Les frères Dardenne sont reconnus pour être des réalisateurs du réel, des cinéastes sensibles qui parviennent à s'emparer d'une tranche de vie pour la transposer à l'écran. Deux jours, une nuit est un ouvrage cohérent avec l'esprit de leur filmographie. Il n'y a pas de scènes d'action dans ce film, pas de grands mouvements de caméras, pas de trame sonore épique ou de costumes remarquables, et même pas de dialogues épatants. Il n'y a qu'une femme désespérée qui veut retrouver sa dignité, et pourtant on en ressort bouleversé.
Cannes est un festival reconnu pour sélectionner des films d'auteurs languissants, souvent des drames, destinés à une élite intellectuelle. Comme Deux jours, une nuit figurait parmi les choix des jurés de la plus récente édition (aux côtés de Mommy), on aurait pu croire que l'oeuvre était hermétique et difficile, mais nous sommes heureux de découvrir que Cannes ne fait pas que dans l'imperméabilité. Le film est accessible par celui qui accepte sa sobriété et sa contenance.
Deux jours, une nuit arrive à témoigner de la puissance du cinéma à travers un film d'une simplicité déconcertante.

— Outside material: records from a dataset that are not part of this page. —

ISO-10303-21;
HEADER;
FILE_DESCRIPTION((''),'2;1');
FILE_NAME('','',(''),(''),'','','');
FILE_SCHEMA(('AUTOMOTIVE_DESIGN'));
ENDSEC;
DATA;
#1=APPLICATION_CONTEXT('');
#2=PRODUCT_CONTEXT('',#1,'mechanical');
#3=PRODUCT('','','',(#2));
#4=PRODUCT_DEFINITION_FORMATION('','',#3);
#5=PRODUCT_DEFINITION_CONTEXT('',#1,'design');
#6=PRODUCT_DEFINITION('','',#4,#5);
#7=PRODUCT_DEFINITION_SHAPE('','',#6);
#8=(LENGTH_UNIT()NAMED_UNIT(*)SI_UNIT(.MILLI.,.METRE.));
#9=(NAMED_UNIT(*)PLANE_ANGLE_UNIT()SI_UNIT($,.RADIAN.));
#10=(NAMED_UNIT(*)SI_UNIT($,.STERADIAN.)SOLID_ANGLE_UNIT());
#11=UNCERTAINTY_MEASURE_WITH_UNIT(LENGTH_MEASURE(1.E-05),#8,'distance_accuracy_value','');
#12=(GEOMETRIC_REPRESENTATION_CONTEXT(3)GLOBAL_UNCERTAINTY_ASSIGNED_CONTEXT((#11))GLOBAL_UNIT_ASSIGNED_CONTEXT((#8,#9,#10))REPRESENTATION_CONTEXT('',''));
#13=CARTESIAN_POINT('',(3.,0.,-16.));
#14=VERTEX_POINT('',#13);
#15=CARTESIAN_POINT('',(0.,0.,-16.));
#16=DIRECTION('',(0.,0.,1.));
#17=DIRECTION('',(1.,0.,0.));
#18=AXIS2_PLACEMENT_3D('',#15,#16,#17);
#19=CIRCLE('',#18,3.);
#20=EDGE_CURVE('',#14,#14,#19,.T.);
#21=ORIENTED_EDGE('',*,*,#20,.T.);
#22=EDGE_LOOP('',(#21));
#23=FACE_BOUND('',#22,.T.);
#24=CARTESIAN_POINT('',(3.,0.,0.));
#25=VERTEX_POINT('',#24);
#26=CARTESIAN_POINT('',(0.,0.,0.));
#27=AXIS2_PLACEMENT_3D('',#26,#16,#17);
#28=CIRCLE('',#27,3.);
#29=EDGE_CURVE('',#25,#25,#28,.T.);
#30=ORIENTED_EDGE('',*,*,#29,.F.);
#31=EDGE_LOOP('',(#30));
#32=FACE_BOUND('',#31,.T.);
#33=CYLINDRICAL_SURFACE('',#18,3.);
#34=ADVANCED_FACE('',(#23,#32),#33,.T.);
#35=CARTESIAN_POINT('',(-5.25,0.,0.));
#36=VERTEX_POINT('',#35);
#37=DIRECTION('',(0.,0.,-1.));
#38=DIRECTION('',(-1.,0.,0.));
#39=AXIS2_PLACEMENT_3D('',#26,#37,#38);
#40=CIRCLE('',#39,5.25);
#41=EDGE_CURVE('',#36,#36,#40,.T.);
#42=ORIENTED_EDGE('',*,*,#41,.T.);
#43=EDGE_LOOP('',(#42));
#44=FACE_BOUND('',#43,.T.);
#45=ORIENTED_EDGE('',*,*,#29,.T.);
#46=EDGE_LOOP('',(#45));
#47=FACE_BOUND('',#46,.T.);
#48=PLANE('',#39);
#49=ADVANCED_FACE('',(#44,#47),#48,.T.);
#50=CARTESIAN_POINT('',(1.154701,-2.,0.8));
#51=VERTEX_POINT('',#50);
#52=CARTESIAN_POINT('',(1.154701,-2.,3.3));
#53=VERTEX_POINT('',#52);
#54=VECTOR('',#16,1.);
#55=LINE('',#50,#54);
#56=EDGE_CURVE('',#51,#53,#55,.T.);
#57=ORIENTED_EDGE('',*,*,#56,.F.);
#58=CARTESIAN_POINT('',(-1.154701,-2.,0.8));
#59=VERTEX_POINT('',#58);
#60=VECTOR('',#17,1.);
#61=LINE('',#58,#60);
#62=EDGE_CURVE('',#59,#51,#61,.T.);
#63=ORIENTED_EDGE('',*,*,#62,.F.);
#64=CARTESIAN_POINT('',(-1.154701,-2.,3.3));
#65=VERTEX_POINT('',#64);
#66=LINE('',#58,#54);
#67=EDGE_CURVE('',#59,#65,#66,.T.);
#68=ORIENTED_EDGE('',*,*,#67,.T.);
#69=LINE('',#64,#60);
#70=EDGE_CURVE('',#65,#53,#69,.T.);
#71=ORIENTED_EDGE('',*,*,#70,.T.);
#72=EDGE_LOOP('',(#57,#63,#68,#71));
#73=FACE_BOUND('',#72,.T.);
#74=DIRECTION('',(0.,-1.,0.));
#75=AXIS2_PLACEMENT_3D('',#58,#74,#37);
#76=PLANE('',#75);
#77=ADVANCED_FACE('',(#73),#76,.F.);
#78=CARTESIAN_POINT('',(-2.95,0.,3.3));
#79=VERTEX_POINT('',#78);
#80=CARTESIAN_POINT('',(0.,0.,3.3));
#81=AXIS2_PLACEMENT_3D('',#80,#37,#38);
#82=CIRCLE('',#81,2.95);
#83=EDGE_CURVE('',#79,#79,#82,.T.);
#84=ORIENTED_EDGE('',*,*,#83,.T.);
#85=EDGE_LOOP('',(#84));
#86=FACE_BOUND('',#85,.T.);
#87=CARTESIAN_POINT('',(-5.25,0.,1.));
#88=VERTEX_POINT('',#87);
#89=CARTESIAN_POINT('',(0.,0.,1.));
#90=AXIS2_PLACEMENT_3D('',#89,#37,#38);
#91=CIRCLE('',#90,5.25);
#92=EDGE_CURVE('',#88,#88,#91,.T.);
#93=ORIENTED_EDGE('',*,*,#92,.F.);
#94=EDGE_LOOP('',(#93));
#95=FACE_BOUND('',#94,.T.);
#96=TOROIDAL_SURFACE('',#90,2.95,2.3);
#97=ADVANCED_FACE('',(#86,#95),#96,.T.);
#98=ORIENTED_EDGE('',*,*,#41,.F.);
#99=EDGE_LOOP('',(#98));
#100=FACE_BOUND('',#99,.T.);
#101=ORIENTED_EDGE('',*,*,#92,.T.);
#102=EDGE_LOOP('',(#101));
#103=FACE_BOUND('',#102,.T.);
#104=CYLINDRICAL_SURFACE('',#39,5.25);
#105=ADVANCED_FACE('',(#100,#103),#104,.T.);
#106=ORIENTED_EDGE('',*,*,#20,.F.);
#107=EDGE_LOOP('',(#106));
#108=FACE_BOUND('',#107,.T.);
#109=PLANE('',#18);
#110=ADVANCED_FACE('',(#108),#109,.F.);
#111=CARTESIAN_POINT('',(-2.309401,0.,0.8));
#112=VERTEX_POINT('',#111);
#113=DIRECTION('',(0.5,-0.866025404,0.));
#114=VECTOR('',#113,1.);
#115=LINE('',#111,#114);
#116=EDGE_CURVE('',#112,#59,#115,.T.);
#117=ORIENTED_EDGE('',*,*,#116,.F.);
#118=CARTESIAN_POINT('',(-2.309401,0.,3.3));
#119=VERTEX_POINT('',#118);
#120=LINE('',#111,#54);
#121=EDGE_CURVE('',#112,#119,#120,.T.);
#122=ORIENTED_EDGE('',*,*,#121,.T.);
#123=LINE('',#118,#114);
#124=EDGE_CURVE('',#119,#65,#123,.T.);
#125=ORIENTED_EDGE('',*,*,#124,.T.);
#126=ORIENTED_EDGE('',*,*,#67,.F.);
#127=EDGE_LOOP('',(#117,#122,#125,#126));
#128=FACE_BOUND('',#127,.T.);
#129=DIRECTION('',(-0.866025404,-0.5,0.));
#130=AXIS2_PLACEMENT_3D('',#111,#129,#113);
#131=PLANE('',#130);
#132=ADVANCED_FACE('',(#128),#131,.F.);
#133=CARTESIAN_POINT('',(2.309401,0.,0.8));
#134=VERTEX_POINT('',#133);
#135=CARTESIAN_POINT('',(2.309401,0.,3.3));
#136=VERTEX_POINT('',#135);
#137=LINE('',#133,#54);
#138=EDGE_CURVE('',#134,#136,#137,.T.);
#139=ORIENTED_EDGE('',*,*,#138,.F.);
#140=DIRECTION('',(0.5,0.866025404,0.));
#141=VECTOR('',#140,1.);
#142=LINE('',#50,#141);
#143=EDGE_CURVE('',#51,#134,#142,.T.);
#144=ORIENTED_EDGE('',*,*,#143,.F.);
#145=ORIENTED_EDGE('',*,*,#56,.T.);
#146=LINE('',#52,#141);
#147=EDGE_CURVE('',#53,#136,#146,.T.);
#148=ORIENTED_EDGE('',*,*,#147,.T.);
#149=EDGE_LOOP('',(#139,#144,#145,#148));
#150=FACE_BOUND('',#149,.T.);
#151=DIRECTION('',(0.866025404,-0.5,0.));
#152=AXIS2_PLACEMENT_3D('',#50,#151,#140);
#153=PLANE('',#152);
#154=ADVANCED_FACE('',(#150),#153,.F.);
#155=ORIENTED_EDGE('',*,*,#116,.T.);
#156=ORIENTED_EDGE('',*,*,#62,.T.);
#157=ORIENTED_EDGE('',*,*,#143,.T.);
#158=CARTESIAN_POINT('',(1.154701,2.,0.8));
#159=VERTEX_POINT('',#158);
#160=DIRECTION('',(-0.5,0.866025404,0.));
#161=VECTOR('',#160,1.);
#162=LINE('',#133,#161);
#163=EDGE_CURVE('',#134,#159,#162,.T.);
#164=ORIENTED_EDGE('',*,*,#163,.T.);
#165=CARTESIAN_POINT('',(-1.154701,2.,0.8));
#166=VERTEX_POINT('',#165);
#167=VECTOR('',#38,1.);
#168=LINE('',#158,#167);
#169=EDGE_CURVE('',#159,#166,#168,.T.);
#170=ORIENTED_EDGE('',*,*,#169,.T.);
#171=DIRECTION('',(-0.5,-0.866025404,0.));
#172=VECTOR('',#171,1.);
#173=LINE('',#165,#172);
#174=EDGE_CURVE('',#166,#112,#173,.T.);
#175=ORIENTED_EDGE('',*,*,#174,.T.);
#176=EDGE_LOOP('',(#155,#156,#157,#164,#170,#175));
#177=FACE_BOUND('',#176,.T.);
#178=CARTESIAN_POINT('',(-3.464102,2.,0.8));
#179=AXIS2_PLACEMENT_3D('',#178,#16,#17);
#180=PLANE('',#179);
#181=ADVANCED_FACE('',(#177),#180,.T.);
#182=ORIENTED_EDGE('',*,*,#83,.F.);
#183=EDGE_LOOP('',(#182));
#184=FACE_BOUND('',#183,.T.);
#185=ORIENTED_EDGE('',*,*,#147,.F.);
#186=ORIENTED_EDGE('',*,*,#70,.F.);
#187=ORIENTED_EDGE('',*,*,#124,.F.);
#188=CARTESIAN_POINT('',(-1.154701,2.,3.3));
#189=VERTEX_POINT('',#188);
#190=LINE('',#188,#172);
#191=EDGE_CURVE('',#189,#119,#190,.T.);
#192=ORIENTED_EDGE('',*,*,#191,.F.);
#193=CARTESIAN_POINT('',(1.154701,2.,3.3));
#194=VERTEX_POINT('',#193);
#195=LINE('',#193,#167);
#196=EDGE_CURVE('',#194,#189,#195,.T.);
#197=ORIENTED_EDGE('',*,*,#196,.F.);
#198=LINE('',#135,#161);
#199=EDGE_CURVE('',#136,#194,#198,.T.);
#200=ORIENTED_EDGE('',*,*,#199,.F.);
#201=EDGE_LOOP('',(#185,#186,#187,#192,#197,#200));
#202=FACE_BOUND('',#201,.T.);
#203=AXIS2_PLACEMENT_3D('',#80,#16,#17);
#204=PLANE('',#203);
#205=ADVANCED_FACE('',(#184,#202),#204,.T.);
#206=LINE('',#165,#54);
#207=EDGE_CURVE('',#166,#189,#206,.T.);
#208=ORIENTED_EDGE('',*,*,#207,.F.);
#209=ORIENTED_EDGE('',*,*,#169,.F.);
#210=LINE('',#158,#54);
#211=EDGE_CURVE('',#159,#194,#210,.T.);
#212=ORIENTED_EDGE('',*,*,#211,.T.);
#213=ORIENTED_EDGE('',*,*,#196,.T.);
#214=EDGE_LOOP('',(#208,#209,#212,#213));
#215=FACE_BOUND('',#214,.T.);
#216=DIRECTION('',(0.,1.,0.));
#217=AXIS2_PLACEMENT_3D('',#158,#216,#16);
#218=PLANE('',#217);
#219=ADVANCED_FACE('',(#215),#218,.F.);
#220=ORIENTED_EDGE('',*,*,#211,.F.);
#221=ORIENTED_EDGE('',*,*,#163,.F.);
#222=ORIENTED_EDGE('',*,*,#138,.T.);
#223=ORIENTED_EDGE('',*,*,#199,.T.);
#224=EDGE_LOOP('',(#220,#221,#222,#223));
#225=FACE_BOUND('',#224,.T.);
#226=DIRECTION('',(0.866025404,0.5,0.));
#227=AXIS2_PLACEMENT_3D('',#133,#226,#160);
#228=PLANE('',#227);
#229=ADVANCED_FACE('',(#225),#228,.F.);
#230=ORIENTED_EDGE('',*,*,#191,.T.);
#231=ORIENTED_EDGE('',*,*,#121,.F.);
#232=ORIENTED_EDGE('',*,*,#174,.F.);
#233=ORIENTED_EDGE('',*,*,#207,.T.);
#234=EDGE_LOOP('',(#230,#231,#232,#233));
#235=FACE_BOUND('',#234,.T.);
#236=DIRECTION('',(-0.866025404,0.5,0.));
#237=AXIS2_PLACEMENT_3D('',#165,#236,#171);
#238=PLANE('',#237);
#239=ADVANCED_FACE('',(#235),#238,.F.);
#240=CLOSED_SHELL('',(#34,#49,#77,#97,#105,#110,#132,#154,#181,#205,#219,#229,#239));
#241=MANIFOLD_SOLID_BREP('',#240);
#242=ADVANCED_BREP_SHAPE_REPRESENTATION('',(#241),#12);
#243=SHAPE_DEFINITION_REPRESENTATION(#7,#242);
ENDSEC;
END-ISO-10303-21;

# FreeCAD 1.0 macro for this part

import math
import FreeCAD as App
import Part
import Sketcher

V = App.Vector
Q = App.Units.Quantity

doc = App.newDocument("Part")
body = doc.addObject("PartDesign::Body", "Body")

# Sketch on XY plane
sketch1 = body.newObject("Sketcher::SketchObject", "Sketch")
sketch1.AttachmentSupport = (doc.getObject("XY_Plane"), [""])
sketch1.MapMode = "FlatFace"
sketch1.addGeometry(Part.Circle(V(0, 0, 0), V(0, 0, 1), 3), False)
sketch1.addConstraint([
    Sketcher.Constraint("Coincident", 0, 3, -1, 1),
    Sketcher.Constraint("Diameter", 0, 6.0),
])
pad1 = body.newObject("PartDesign::Pad", "Pad")
pad1.Profile = sketch1
pad1.Length = 16
pad1.Reversed = True

# Sketch on YZ plane
sketch2 = body.newObject("Sketcher::SketchObject", "Sketch001")
sketch2.AttachmentSupport = (doc.getObject("YZ_Plane"), [""])
sketch2.MapMode = "FlatFace"
sketch2.addGeometry([
    Part.LineSegment(V(0, 0, 0), V(5.2, 0, 0)),  # 0
    Part.LineSegment(V(5.2, 0, 0), V(5.2, 1, 0)),  # 1
    Part.ArcOfCircle(Part.Circle(V(3, 1, 0), V(0, 0, 1), 2.3), math.radians(0), math.radians(90)),  # 2
    Part.LineSegment(V(3, 3.3, 0), V(0, 3.3, 0)),  # 3
    Part.LineSegment(V(0, 3.3, 0), V(0, 0, 0)),  # 4
], False)
sketch2.addConstraint([
    Sketcher.Constraint("Coincident", 0, 2, 1, 1),
    Sketcher.Constraint("Tangent", 1, 2, 2, 1),
    Sketcher.Constraint("Tangent", 2, 2, 3, 1),
    Sketcher.Constraint("Coincident", 3, 2, 4, 1),
    Sketcher.Constraint("Coincident", 4, 2, 0, 1),
    Sketcher.Constraint("Horizontal", 0),
    Sketcher.Constraint("Vertical", 1),
    Sketcher.Constraint("Horizontal", 3),
    Sketcher.Constraint("Vertical", 4),
    Sketcher.Constraint("Coincident", 4, 2, -1, 1),
    Sketcher.Constraint("Radius", 2, 2.3),
    Sketcher.Constraint("DistanceY", 1, 1, 1, 2, 1.0),
    Sketcher.Constraint("DistanceX", 0, 1, 0, 2, 5.25),
])
revolution = body.newObject("PartDesign::Revolution", "Revolution")
revolution.Profile = sketch2
revolution.ReferenceAxis = (sketch2, ["V_Axis"])
revolution.Angle = 360

# Sketch on XY plane
sketch3 = body.newObject("Sketcher::SketchObject", "Sketch002")
sketch3.AttachmentSupport = (doc.getObject("XY_Plane"), [""])
sketch3.MapMode = "FlatFace"
sketch3.AttachmentOffset = App.Placement(V(0, 0, 3.3), App.Rotation())
sketch3.addGeometry([
    Part.LineSegment(V(-1.2, 2, 0), V(-2.3, 0, 0)),  # 0
    Part.LineSegment(V(-2.3, 0, 0), V(-1.2, -2, 0)),  # 1
    Part.LineSegment(V(-1.2, -2, 0), V(1.2, -2, 0)),  # 2
    Part.LineSegment(V(1.2, -2, 0), V(2.3, 0, 0)),  # 3
    Part.LineSegment(V(2.3, 0, 0), V(1.2, 2, 0)),  # 4
    Part.LineSegment(V(1.2, 2, 0), V(-1.2, 2, 0)),  # 5
], False)
sketch3.addConstraint([
    Sketcher.Constraint("Coincident", 0, 2, 1, 1),
    Sketcher.Constraint("Coincident", 1, 2, 2, 1),
    Sketcher.Constraint("Coincident", 2, 2, 3, 1),
    Sketcher.Constraint("Coincident", 3, 2, 4, 1),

Le long métrage dépeint l'histoire d'une femme qui a une fin de semaine pour convaincre ses collègues de la choisir elle plutôt qu'une prime de 1000 euros qu'ils recevraient si elle était licenciée. On suit Sandra comme on le fait avec un superhéros dans un film d'action de Marvel. Ce ne sont évidemment pas les mêmes émotions qui sont requises, mais l'intensité dramatique est équivalente et nous sommes impatients de connaître les résultantes de l'histoire.
Les ficelles de l'intrigue amènent une réflexion personnelle pertinente. Les personnages répètent : « Mets-toi à ma place », ce qui nous incite à pousser plus loin notre introspection, méditer sur nos propres valeurs et nos idéaux. Je choisirais l'argent ou je serais magnanime?
Les frères Dardenne possèdent aussi cette propension à la parcimonie. Ils ont compris qu'il est inutile de trop en révéler trop vite. Nous apprenons à connaître cette femme lentement, comme un étranger qui n'est pas invité dans son intimité (comme l'est généralement le spectateur de cinéma). Marion Cotillard est extraordinaire. Elle arrive, dès les premières minutes, à nous faire croire à son personnage. Elle fait preuve d'une sensibilité déroutante et d'une fragilité émouvante. C'est dans le dépouillement qu'elle excelle ici. Nul besoin d'une crise de larmes ou de panique pour faire valoir son talent, Cotillard parvient à bouleverser le spectateur en dormant sur le siège passager d'une voiture. Elle nous livre ici une performance mémorable dont on se souviendra longtemps. Ceux qui incarnent ses collègues - aux réactions et aux caractères opposés - sont aussi justes et touchants dans leur jeu.
Deux jours, une nuit ébrale par son humanité et honnêteté. Il a tout du film vibrant qui traverse les époques et transporte les âmes avec lui.